Worst physiotherapist ever: don’t touch me again
So hardly recovered from my almost chopped off thumb adventure; I now woke up without a thumb: it just fell off last night. At least it felt that way. Each time I move and bend it the usual bent-your-thumb-way, my thumb cracks and falls off.
This is the punishment for eating outside my strict diet lately to avoid joint and muscle problems which I have since 25 years when I eat ‘junk’ food (which I never do). Well that is syrup waffles, apple pie or currants bread. Which I really do need every once in a while you know. It lowers my pH levels and then most of the joints are going to party. If I adhere to exclude all this delicacy I’m ok; but that’s not the case at this moment.

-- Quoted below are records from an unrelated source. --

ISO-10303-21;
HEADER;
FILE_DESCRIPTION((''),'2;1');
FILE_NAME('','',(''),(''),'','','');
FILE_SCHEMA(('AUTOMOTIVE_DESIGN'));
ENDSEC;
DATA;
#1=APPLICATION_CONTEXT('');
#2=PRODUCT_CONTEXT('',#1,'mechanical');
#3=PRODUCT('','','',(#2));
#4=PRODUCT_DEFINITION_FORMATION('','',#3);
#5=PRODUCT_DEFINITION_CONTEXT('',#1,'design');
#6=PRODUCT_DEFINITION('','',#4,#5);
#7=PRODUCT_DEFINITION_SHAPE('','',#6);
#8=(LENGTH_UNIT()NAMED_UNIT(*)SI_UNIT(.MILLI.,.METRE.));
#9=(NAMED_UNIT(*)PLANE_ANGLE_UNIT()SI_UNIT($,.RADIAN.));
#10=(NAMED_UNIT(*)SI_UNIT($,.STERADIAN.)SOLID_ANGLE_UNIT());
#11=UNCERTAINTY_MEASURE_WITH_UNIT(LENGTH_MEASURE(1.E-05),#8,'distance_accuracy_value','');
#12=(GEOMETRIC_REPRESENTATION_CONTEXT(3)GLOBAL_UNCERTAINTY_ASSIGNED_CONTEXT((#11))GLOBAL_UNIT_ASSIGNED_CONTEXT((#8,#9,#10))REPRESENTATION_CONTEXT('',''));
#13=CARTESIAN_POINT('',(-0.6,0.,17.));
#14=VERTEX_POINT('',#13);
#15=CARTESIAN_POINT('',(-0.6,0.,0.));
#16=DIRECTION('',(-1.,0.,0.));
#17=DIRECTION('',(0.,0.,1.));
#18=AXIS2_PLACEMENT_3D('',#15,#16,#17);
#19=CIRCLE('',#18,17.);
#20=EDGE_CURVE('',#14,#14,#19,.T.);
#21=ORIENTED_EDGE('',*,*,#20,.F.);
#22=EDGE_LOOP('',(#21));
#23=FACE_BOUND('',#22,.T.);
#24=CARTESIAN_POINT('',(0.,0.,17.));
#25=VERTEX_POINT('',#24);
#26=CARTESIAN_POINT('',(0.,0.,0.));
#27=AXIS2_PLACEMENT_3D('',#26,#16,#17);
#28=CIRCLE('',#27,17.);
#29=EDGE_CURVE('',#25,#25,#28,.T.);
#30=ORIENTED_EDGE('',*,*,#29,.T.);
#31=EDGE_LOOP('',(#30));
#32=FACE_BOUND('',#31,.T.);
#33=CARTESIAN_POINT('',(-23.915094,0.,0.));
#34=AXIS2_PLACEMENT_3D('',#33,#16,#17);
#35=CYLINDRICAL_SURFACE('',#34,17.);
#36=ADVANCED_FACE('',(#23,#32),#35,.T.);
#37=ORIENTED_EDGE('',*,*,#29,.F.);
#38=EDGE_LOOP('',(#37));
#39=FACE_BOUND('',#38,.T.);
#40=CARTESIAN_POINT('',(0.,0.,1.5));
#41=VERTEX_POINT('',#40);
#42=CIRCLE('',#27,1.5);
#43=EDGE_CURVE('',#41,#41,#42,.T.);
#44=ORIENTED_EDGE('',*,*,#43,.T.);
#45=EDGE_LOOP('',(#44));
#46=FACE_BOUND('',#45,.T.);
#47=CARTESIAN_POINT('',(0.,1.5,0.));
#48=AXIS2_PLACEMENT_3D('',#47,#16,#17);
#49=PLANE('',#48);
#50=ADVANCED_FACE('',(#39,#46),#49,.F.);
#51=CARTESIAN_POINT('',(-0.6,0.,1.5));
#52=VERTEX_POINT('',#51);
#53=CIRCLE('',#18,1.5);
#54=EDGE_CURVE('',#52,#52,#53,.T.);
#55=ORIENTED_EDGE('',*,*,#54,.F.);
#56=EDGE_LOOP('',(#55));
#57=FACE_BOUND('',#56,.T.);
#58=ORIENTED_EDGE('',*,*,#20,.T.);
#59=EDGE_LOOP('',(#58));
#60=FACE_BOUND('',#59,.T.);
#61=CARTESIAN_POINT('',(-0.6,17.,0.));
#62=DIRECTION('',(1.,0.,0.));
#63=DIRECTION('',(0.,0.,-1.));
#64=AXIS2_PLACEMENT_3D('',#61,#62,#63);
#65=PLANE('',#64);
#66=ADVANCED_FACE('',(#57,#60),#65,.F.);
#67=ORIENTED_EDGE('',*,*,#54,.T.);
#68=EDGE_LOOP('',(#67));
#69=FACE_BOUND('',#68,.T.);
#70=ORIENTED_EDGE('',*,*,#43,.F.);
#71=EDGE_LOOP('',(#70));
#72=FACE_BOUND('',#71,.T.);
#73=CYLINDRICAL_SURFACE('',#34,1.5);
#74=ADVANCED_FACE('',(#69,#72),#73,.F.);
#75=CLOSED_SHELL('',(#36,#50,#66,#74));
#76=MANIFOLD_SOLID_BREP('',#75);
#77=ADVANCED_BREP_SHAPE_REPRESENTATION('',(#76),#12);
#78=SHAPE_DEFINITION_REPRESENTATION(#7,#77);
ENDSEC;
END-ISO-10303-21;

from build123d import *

# Parameters (mm, degrees)
SKETCH_1_W = 0.6
SKETCH_1_H = 15.5


with BuildPart() as part:
    # 草图1 → 旋转1 (revolve)
    with BuildSketch(Plane.XY, mode=Mode.PRIVATE) as revolve_1_sk:
        with Locations((-0.3, 9.25)):
            Rectangle(SKETCH_1_W, SKETCH_1_H)
    revolve(revolve_1_sk.sketch.rotate(Axis((-23.91509434, 0, 0), (1, 0, 0)), 90), axis=Axis((-23.91509434, 0, 0), (1, 0, 0)))


solid = part.part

Last night my thumb hurt and I asked my husband to give the poor thing a massage. I think he succeeded in that because it has now swollen out of proportion thinking it’s a giant Barbapappa.
So this is all his fault because now I am stuck with a huge thumb fracture. Apparently a delicious tendinitis of some sort. Now I can’t type anymore, do Tarot cards, type, do cooking, Ding Dong Ditch the house…..oh no that’s another time zone, did I mention typing, go to the toilet (you really have to be acrobatic for that!), wash the dishes and watch videos, oh wait you don’t need a finger for that.
So have a nice day ya’ll while I’m working on a future press release which I’m doing for ‘Fab women over 50‘ and all by one finger typing and a lot of swearing.